| About this task |
Below are some records; quote exactly the lines from the one that contains "v 0 -0.1032 -2.2977" through the one that contains "f 140 141 142", inclusive, and no others.

| Data provided |

━━━━━━

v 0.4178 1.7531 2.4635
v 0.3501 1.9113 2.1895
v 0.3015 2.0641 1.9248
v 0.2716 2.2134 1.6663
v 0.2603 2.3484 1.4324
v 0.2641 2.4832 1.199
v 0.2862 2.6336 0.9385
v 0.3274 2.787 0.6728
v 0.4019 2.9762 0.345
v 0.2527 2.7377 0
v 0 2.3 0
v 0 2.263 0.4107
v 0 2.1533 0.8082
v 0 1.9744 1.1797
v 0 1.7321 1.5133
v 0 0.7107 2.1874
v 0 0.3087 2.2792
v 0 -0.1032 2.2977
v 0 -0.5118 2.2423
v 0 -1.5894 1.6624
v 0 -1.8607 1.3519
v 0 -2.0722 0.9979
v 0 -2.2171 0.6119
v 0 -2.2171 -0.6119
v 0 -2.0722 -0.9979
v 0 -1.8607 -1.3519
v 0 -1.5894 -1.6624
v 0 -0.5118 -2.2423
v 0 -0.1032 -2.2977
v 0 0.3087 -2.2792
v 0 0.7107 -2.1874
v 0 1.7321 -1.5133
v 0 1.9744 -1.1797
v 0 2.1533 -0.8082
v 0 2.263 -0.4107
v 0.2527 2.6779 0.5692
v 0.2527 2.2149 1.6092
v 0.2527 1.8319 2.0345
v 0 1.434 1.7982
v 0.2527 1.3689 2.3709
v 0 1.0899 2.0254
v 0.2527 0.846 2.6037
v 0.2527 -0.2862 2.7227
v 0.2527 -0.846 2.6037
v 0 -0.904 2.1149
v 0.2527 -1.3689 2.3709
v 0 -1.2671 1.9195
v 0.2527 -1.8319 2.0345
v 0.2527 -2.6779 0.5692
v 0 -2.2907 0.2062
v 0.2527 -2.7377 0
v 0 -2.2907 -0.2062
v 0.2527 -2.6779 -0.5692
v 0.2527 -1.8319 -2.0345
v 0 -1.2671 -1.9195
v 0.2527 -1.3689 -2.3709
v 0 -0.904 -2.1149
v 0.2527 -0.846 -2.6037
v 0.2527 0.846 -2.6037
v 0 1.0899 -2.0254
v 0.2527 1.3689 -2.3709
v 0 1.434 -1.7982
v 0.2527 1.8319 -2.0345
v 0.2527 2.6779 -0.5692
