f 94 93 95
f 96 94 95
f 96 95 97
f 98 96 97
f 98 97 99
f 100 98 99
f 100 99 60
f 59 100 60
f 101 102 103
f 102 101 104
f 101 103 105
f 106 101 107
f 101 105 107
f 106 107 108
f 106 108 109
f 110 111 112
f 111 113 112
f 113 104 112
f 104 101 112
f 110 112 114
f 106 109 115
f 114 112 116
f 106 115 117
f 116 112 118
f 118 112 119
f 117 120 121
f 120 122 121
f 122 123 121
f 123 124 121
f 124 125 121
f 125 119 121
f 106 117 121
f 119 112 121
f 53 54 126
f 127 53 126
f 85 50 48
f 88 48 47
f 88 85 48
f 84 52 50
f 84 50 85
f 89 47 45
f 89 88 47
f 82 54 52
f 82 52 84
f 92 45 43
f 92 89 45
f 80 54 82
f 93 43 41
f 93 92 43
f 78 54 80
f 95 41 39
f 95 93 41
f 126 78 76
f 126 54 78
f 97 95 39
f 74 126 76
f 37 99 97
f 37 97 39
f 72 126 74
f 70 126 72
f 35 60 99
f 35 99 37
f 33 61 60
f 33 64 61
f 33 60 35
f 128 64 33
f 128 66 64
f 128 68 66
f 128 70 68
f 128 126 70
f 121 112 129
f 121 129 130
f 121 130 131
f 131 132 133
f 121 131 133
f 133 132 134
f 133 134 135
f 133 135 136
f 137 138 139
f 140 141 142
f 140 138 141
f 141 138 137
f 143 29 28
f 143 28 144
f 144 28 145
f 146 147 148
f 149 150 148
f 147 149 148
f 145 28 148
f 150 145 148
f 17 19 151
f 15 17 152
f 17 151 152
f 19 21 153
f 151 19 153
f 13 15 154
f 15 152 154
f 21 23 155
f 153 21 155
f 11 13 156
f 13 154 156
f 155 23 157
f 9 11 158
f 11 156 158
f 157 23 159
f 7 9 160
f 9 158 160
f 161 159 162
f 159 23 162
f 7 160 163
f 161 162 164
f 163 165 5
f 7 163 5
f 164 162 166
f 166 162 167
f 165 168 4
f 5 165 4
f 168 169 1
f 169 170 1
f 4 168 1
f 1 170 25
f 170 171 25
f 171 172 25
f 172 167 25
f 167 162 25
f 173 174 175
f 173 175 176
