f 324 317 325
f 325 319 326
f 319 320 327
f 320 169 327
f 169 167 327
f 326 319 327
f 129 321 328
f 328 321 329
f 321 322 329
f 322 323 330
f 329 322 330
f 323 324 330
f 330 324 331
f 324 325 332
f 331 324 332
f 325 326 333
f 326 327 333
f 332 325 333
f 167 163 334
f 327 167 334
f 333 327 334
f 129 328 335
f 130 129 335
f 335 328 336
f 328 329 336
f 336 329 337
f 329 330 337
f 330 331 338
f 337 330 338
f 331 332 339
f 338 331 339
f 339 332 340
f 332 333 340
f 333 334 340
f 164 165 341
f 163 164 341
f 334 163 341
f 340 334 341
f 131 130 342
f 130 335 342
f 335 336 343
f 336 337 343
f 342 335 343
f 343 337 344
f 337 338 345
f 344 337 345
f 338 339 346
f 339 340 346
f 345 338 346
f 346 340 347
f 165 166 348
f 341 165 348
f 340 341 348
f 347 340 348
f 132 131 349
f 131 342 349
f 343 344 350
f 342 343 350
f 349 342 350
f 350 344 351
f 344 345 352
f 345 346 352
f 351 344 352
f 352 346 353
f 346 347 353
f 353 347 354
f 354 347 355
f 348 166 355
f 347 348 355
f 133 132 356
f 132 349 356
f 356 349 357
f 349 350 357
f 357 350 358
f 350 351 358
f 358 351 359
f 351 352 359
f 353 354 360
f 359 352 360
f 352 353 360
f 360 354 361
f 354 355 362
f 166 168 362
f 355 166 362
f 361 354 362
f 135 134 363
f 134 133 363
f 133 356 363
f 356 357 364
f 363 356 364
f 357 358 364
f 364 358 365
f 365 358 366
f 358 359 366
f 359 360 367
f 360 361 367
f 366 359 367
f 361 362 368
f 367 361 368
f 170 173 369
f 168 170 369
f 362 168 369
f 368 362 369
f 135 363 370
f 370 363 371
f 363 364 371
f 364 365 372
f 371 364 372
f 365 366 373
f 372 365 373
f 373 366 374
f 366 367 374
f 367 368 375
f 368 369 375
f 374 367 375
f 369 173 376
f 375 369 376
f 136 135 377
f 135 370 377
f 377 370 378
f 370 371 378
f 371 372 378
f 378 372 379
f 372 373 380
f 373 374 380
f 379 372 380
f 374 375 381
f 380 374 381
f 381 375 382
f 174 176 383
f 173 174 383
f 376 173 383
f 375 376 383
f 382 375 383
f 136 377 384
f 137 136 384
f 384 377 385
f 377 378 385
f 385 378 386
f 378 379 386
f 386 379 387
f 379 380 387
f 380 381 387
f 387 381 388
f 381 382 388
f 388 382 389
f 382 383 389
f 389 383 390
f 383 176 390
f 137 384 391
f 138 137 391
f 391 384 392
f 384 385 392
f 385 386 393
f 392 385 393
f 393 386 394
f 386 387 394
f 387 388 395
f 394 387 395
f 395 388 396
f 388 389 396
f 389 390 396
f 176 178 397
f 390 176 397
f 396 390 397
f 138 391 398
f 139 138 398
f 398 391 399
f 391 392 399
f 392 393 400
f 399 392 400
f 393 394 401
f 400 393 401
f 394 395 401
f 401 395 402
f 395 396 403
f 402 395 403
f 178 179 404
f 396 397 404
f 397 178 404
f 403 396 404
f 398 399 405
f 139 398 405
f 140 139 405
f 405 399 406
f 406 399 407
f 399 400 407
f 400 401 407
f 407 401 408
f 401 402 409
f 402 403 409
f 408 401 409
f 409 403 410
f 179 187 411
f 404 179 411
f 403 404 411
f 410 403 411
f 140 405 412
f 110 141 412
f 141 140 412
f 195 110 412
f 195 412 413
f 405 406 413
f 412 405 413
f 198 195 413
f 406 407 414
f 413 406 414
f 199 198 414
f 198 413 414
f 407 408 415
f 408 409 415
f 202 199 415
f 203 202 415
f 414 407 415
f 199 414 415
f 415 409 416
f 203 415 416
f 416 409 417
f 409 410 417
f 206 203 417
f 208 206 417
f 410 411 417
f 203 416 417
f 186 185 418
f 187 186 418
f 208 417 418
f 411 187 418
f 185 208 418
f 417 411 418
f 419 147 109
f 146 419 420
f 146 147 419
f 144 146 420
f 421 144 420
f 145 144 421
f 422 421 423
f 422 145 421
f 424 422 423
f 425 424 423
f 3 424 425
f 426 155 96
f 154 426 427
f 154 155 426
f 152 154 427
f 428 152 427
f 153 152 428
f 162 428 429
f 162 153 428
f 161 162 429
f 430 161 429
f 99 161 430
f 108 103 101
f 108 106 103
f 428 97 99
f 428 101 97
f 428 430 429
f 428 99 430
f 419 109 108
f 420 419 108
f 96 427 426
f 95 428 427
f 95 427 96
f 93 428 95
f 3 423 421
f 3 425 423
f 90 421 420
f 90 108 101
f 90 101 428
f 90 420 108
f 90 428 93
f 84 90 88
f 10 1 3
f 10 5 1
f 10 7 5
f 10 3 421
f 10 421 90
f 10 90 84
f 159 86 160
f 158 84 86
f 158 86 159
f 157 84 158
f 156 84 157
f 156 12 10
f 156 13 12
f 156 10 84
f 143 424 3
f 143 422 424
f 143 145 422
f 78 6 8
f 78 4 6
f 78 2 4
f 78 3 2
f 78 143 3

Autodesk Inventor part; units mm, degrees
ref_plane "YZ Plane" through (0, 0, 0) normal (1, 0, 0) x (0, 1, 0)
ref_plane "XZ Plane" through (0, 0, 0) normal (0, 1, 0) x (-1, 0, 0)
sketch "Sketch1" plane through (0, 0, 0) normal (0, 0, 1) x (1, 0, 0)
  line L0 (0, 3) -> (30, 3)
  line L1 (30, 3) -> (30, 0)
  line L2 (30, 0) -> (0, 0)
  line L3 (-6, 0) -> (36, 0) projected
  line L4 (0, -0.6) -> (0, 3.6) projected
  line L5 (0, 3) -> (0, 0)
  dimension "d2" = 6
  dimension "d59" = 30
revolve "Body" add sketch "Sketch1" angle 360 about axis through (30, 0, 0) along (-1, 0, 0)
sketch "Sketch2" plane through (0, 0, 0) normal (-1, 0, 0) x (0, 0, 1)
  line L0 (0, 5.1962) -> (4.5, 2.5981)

━━━━━━

| Answer below |
v 0 -0.1032 -2.2977
v 0 0.3087 -2.2792
v 0 0.7107 -2.1874
v 0 1.7321 -1.5133
v 0 1.9744 -1.1797
v 0 2.1533 -0.8082
v 0 2.263 -0.4107
v 0.2527 2.6779 0.5692
v 0.2527 2.2149 1.6092
v 0.2527 1.8319 2.0345
v 0 1.434 1.7982
v 0.2527 1.3689 2.3709
v 0 1.0899 2.0254
v 0.2527 0.846 2.6037
v 0.2527 -0.2862 2.7227
v 0.2527 -0.846 2.6037
v 0 -0.904 2.1149
v 0.2527 -1.3689 2.3709
v 0 -1.2671 1.9195
v 0.2527 -1.8319 2.0345
v 0.2527 -2.6779 0.5692
v 0 -2.2907 0.2062
v 0.2527 -2.7377 0
v 0 -2.2907 -0.2062
v 0.2527 -2.6779 -0.5692
v 0.2527 -1.8319 -2.0345
v 0 -1.2671 -1.9195
v 0.2527 -1.3689 -2.3709
v 0 -0.904 -2.1149
v 0.2527 -0.846 -2.6037
v 0.2527 0.846 -2.6037
v 0 1.0899 -2.0254
v 0.2527 1.3689 -2.3709
v 0 1.434 -1.7982
v 0.2527 1.8319 -2.0345
v 0.2527 2.6779 -0.5692
f 94 93 95
f 96 94 95
f 96 95 97
f 98 96 97
f 98 97 99
f 100 98 99
f 100 99 60
f 59 100 60
f 101 102 103
f 102 101 104
f 101 103 105
f 106 101 107
f 101 105 107
f 106 107 108
f 106 108 109
f 110 111 112
f 111 113 112
f 113 104 112
f 104 101 112
f 110 112 114
f 106 109 115
f 114 112 116
f 106 115 117
f 116 112 118
f 118 112 119
f 117 120 121
f 120 122 121
f 122 123 121
f 123 124 121
f 124 125 121
f 125 119 121
f 106 117 121
f 119 112 121
f 53 54 126
f 127 53 126
f 85 50 48
f 88 48 47
f 88 85 48
f 84 52 50
f 84 50 85
f 89 47 45
f 89 88 47
f 82 54 52
f 82 52 84
f 92 45 43
f 92 89 45
f 80 54 82
f 93 43 41
f 93 92 43
f 78 54 80
f 95 41 39
f 95 93 41
f 126 78 76
f 126 54 78
f 97 95 39
f 74 126 76
f 37 99 97
f 37 97 39
f 72 126 74
f 70 126 72
f 35 60 99
f 35 99 37
f 33 61 60
f 33 64 61
f 33 60 35
f 128 64 33
f 128 66 64
f 128 68 66
f 128 70 68
f 128 126 70
f 121 112 129
f 121 129 130
f 121 130 131
f 131 132 133
f 121 131 133
f 133 132 134
f 133 134 135
f 133 135 136
f 137 138 139
f 140 141 142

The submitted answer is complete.